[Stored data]
=======

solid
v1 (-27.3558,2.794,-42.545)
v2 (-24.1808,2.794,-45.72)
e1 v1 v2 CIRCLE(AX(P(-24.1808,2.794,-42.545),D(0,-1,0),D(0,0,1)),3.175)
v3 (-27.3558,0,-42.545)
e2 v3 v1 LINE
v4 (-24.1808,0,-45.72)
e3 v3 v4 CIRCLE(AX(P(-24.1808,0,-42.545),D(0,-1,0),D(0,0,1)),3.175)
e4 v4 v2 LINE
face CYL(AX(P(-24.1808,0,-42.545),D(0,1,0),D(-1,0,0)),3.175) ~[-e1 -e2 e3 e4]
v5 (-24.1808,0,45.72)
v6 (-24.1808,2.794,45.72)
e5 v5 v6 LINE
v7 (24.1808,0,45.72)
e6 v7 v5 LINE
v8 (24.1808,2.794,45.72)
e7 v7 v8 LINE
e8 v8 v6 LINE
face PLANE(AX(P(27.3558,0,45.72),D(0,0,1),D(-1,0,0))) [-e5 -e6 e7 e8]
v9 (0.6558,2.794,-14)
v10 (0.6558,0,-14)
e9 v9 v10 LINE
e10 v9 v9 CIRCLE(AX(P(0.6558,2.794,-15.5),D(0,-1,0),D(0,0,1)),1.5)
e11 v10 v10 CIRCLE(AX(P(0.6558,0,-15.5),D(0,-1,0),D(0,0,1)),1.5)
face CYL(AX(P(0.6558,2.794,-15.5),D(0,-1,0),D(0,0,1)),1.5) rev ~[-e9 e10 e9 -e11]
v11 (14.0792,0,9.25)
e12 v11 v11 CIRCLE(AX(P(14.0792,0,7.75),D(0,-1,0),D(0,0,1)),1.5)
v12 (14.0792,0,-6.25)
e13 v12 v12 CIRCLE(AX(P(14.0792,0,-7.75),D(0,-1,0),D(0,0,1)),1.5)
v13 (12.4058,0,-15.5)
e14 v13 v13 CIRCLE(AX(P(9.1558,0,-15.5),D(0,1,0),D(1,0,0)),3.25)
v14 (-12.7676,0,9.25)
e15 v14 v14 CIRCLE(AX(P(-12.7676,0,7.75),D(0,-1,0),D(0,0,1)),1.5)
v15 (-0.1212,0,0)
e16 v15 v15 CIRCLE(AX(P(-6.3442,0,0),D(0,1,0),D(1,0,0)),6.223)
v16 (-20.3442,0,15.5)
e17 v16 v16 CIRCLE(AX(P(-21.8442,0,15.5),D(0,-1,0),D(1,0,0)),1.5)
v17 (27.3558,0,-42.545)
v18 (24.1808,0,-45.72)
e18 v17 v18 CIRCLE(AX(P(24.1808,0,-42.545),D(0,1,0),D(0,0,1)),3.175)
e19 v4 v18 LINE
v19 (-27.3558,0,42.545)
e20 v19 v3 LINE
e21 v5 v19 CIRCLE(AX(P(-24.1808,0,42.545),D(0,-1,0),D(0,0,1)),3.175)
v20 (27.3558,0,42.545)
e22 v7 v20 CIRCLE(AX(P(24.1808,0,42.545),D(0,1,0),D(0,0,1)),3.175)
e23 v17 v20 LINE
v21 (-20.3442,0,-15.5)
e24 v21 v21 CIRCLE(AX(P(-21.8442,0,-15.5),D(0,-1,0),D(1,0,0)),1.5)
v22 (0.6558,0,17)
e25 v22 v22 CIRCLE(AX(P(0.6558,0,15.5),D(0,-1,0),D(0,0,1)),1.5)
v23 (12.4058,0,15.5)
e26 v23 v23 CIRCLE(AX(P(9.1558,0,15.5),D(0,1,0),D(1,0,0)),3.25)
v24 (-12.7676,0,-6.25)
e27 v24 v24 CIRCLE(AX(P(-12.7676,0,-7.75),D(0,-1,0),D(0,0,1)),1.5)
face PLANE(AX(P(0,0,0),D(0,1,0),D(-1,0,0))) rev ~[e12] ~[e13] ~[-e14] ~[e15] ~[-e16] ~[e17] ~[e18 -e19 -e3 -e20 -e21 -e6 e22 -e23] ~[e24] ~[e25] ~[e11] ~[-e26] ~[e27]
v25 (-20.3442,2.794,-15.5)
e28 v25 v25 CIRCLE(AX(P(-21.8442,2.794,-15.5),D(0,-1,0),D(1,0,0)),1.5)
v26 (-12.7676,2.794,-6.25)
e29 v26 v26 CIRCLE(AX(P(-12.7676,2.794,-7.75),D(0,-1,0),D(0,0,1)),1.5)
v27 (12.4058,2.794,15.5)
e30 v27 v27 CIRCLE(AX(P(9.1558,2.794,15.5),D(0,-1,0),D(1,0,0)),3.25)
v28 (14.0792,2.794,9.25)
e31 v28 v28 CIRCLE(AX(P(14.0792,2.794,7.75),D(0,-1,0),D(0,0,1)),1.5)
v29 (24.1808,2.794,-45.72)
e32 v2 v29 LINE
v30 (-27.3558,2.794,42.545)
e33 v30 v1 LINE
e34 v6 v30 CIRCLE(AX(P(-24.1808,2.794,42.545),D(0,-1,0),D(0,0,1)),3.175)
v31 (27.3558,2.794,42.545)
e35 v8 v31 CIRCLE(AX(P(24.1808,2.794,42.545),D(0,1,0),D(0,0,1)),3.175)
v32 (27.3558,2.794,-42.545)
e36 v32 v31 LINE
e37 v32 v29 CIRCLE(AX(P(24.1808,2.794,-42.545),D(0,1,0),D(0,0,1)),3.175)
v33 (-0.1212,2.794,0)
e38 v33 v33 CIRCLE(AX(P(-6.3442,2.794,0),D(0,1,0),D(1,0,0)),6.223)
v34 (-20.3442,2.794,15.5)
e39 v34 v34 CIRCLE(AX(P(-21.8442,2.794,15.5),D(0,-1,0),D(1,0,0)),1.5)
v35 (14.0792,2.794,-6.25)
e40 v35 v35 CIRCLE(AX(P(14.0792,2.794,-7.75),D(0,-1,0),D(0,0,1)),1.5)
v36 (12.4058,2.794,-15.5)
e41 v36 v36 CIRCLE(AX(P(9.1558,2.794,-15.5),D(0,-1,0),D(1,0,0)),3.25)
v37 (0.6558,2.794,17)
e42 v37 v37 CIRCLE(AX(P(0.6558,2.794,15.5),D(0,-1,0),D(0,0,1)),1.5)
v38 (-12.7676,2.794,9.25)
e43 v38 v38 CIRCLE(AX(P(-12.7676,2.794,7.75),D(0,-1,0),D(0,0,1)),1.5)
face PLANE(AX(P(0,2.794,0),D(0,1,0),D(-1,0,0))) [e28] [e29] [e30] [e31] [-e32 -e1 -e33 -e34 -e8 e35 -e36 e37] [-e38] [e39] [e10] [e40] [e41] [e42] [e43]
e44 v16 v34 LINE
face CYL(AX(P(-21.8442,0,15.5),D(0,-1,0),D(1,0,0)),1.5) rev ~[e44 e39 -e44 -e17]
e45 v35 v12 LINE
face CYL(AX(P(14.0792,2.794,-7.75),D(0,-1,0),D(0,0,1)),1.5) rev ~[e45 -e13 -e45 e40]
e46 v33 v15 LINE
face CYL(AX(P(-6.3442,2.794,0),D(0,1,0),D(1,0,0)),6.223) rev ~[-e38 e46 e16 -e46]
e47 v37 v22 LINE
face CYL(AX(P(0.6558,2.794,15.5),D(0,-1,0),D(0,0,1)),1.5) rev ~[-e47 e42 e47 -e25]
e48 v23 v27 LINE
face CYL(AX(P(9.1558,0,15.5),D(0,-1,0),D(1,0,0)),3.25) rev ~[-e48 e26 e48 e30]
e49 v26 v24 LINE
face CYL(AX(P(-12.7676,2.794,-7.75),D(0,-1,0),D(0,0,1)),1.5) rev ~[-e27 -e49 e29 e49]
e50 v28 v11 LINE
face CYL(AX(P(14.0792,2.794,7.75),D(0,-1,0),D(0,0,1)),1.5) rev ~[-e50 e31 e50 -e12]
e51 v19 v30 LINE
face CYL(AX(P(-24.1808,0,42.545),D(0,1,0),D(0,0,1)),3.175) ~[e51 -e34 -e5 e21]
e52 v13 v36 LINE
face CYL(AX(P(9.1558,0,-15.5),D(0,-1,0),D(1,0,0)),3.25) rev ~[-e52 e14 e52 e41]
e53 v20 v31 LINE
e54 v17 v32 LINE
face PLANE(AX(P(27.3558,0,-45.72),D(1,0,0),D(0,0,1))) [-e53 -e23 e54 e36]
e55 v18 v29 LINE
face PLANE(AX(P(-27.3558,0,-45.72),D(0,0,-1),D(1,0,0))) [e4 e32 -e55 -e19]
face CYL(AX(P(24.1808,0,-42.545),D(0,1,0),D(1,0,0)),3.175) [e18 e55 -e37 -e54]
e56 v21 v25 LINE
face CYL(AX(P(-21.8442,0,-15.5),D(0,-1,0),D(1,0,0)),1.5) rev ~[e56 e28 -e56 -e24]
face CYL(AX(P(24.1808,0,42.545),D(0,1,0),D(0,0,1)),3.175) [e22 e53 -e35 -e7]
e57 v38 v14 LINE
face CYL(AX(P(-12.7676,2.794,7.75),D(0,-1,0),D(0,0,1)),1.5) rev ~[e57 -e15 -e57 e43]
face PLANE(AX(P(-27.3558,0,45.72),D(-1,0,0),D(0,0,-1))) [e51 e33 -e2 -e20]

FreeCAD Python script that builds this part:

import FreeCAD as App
import Part
import Sketcher
from FreeCAD import Vector
Q = App.Units.Quantity


def edges_at(feature, points):
    """Names of the edges that pass closest to the given points."""
    edges = feature.Shape.Edges
    near = lambda p: min(range(len(edges)), key=lambda i: edges[i].distToShape(Part.Vertex(*p))[0])
    return sorted({f"Edge{near(p) + 1}" for p in points})

doc = App.newDocument("Part")
body = doc.addObject("PartDesign::Body", "Body")

sketch1 = body.newObject("Sketcher::SketchObject", "Sketch")
sketch1.AttachmentSupport = (doc.getObject("XZ_Plane"), [""])
sketch1.MapMode = "FlatFace"
sketch1.addGeometry(Part.LineSegment(Vector(-27, 46, 0), Vector(27, 46, 0)), False)
sketch1.addGeometry(Part.LineSegment(Vector(27, 46, 0), Vector(27, -46, 0)), False)
sketch1.addGeometry(Part.LineSegment(Vector(27, -46, 0), Vector(-27, -46, 0)), False)
sketch1.addGeometry(Part.LineSegment(Vector(-27, -46, 0), Vector(-27, 46, 0)), False)
sketch1.addConstraint(Sketcher.Constraint("Coincident", 0, 2, 1, 1))
sketch1.addConstraint(Sketcher.Constraint("Coincident", 1, 2, 2, 1))
sketch1.addConstraint(Sketcher.Constraint("Coincident", 2, 2, 3, 1))
sketch1.addConstraint(Sketcher.Constraint("Coincident", 3, 2, 0, 1))
sketch1.addConstraint(Sketcher.Constraint("Horizontal", 0))
sketch1.addConstraint(Sketcher.Constraint("Vertical", 1))
sketch1.addConstraint(Sketcher.Constraint("Horizontal", 2))
sketch1.addConstraint(Sketcher.Constraint("Vertical", 3))
sketch1.addConstraint(Sketcher.Constraint("Symmetric", 0, 2, 2, 2, -1, 1))
sketch1.addConstraint(Sketcher.Constraint("DistanceY", 1, 2, 1, 1, Q("3.6 in")))
sketch1.addConstraint(Sketcher.Constraint("DistanceX", 0, 1, 0, 2, Q("2.154 in")))
pad1 = body.newObject("PartDesign::Pad", "Pad")
pad1.Profile = sketch1
pad1.Length = Q("0.11 in")
pad1.Reversed = True

sketch2 = body.newObject("Sketcher::SketchObject", "Sketch001")
sketch2.AttachmentSupport = (doc.getObject("XZ_Plane"), [""])
sketch2.MapMode = "FlatFace"
sketch2.AttachmentOffset = App.Placement(Vector(0, 0, -0.11 * 25.4), App.Rotation())
sketch2.addGeometry(Part.Circle(Vector(0.7, -15.5, 0), Vector(0, 0, 1), 1.5), False)
sketch2.addGeometry(Part.Circle(Vector(0.7, 15.5, 0), Vector(0, 0, 1), 1.5), False)
sketch2.addGeometry(Part.Circle(Vector(14.1, -7.8, 0), Vector(0, 0, 1), 1.5), False)
sketch2.addGeometry(Part.Circle(Vector(14.1, 7.8, 0), Vector(0, 0, 1), 1.5), False)
sketch2.addGeometry(Part.Circle(Vector(-12.8, -7.8, 0), Vector(0, 0, 1), 1.5), False)
sketch2.addGeometry(Part.Circle(Vector(-12.8, 7.8, 0), Vector(0, 0, 1), 1.5), False)
sketch2.addConstraint(Sketcher.Constraint("Equal", 0, 1))
sketch2.addConstraint(Sketcher.Constraint("Equal", 1, 2))
sketch2.addConstraint(Sketcher.Constraint("Equal", 2, 3))
sketch2.addConstraint(Sketcher.Constraint("Equal", 3, 4))
sketch2.addConstraint(Sketcher.Constraint("Equal", 4, 5))
sketch2.addConstraint(Sketcher.Constraint("Symmetric", 0, 3, 1, 3, -1))
sketch2.addConstraint(Sketcher.Constraint("Symmetric", 2, 3, 3, 3, -1))
sketch2.addConstraint(Sketcher.Constraint("Symmetric", 4, 3, 5, 3, -1))
sketch2.addConstraint(Sketcher.Constraint("Horizontal", 2, 3, 4, 3))
sketch2.addConstraint(Sketcher.Constraint("Diameter", 0, Q("0.1181 in")))
sketch2.addConstraint(Sketcher.Constraint("DistanceX", -1, 1, 2, 3, Q("0.5543 in")))
sketch2.addConstraint(Sketcher.Constraint("DistanceX", -1, 1, 0, 3, Q("0.6558 mm")))
sketch2.addConstraint(Sketcher.Constraint("DistanceY", 0, 3, -1, 1, Q("15.5 mm")))
sketch2.addConstraint(Sketcher.Constraint("DistanceY", 2, 3, -1, 1, Q("7.75 mm")))
sketch2.addConstraint(Sketcher.Constraint("DistanceX", 4, 3, -1, 1, Q("12.7676 mm")))
doc.recompute()
hole = body.newObject("PartDesign::Hole", "Hole")
hole.Profile = sketch2
hole.ThreadType = "None"
hole.Diameter = Q("0.1181102 in")
hole.DepthType = "ThroughAll"
hole.Reversed = True

sketch3 = body.newObject("Sketcher::SketchObject", "Sketch002")
sketch3.AttachmentSupport = (doc.getObject("XZ_Plane"), [""])
sketch3.MapMode = "FlatFace"
sketch3.AttachmentOffset = App.Placement(Vector(0, 0, -0.11 * 25.4), App.Rotation())
sketch3.addGeometry(Part.Circle(Vector(-6, 0, 0), Vector(0, 0, 1), 6), False)
sketch3.addConstraint(Sketcher.Constraint("PointOnObject", 0, 3, -1))
sketch3.addConstraint(Sketcher.Constraint("Diameter", 0, Q("0.49 in")))
sketch3.addConstraint(Sketcher.Constraint("DistanceX", 0, 3, -1, 1, Q("6.3442 mm")))
pocket1 = body.newObject("PartDesign::Pocket", "Pocket")
pocket1.Profile = sketch3
pocket1.Length = Q("1 in")
pocket1.Reversed = True

sketch4 = body.newObject("Sketcher::SketchObject", "Sketch003")
sketch4.AttachmentSupport = (doc.getObject("XZ_Plane"), [""])
sketch4.MapMode = "FlatFace"
sketch4.addGeometry(Part.Circle(Vector(9.2, -15.5, 0), Vector(0, 0, 1), 3.2), False)
sketch4.addGeometry(Part.Circle(Vector(9.2, 15.5, 0), Vector(0, 0, 1), 3.2), False)
sketch4.addGeometry(Part.Circle(Vector(-21.8, -15.5, 0), Vector(0, 0, 1), 1.5), False)
sketch4.addGeometry(Part.Circle(Vector(-21.8, 15.5, 0), Vector(0, 0, 1), 1.5), False)
sketch4.addConstraint(Sketcher.Constraint("Equal", 0, 1))
sketch4.addConstraint(Sketcher.Constraint("Equal", 2, 3))
sketch4.addConstraint(Sketcher.Constraint("Symmetric", 0, 3, 1, 3, -1))
sketch4.addConstraint(Sketcher.Constraint("Symmetric", 2, 3, 3, 3, -1))
sketch4.addConstraint(Sketcher.Constraint("Horizontal", 0, 3, 2, 3))
sketch4.addConstraint(Sketcher.Constraint("Diameter", 0, Q("0.2559 in")))
sketch4.addConstraint(Sketcher.Constraint("Diameter", 2, Q("0.1181 in")))
sketch4.addConstraint(Sketcher.Constraint("DistanceX", 2, 3, -1, 1, Q("0.86 in")))
sketch4.addConstraint(Sketcher.Constraint("DistanceX", -1, 1, 0, 3, Q("9.1558 mm")))
sketch4.addConstraint(Sketcher.Constraint("DistanceY", 0, 3, -1, 1, Q("15.5 mm")))
pocket2 = body.newObject("PartDesign::Pocket", "Pocket001")
pocket2.Profile = sketch4
pocket2.Length = Q("1 in")
doc.recompute()

fillet = body.newObject("PartDesign::Fillet", "Fillet")
fillet.Base = (pocket2, edges_at(pocket2, [
    (-27.356, 1.397, -45.72),
    (-27.356, 1.397, 45.72),
    (27.356, 1.397, 45.72),
    (27.356, 1.397, -45.72),
]))
fillet.Radius = Q("0.125 in")

doc.recompute()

=======

Please output exactly the lines between the one holding "e12 v11 v11" and the one holding "v16 (-20.3442,0,15.5)" in the records above, inclusive, and nothing more.

e12 v11 v11 CIRCLE(AX(P(14.0792,0,7.75),D(0,-1,0),D(0,0,1)),1.5)
v12 (14.0792,0,-6.25)
e13 v12 v12 CIRCLE(AX(P(14.0792,0,-7.75),D(0,-1,0),D(0,0,1)),1.5)
v13 (12.4058,0,-15.5)
e14 v13 v13 CIRCLE(AX(P(9.1558,0,-15.5),D(0,1,0),D(1,0,0)),3.25)
v14 (-12.7676,0,9.25)
e15 v14 v14 CIRCLE(AX(P(-12.7676,0,7.75),D(0,-1,0),D(0,0,1)),1.5)
v15 (-0.1212,0,0)
e16 v15 v15 CIRCLE(AX(P(-6.3442,0,0),D(0,1,0),D(1,0,0)),6.223)
v16 (-20.3442,0,15.5)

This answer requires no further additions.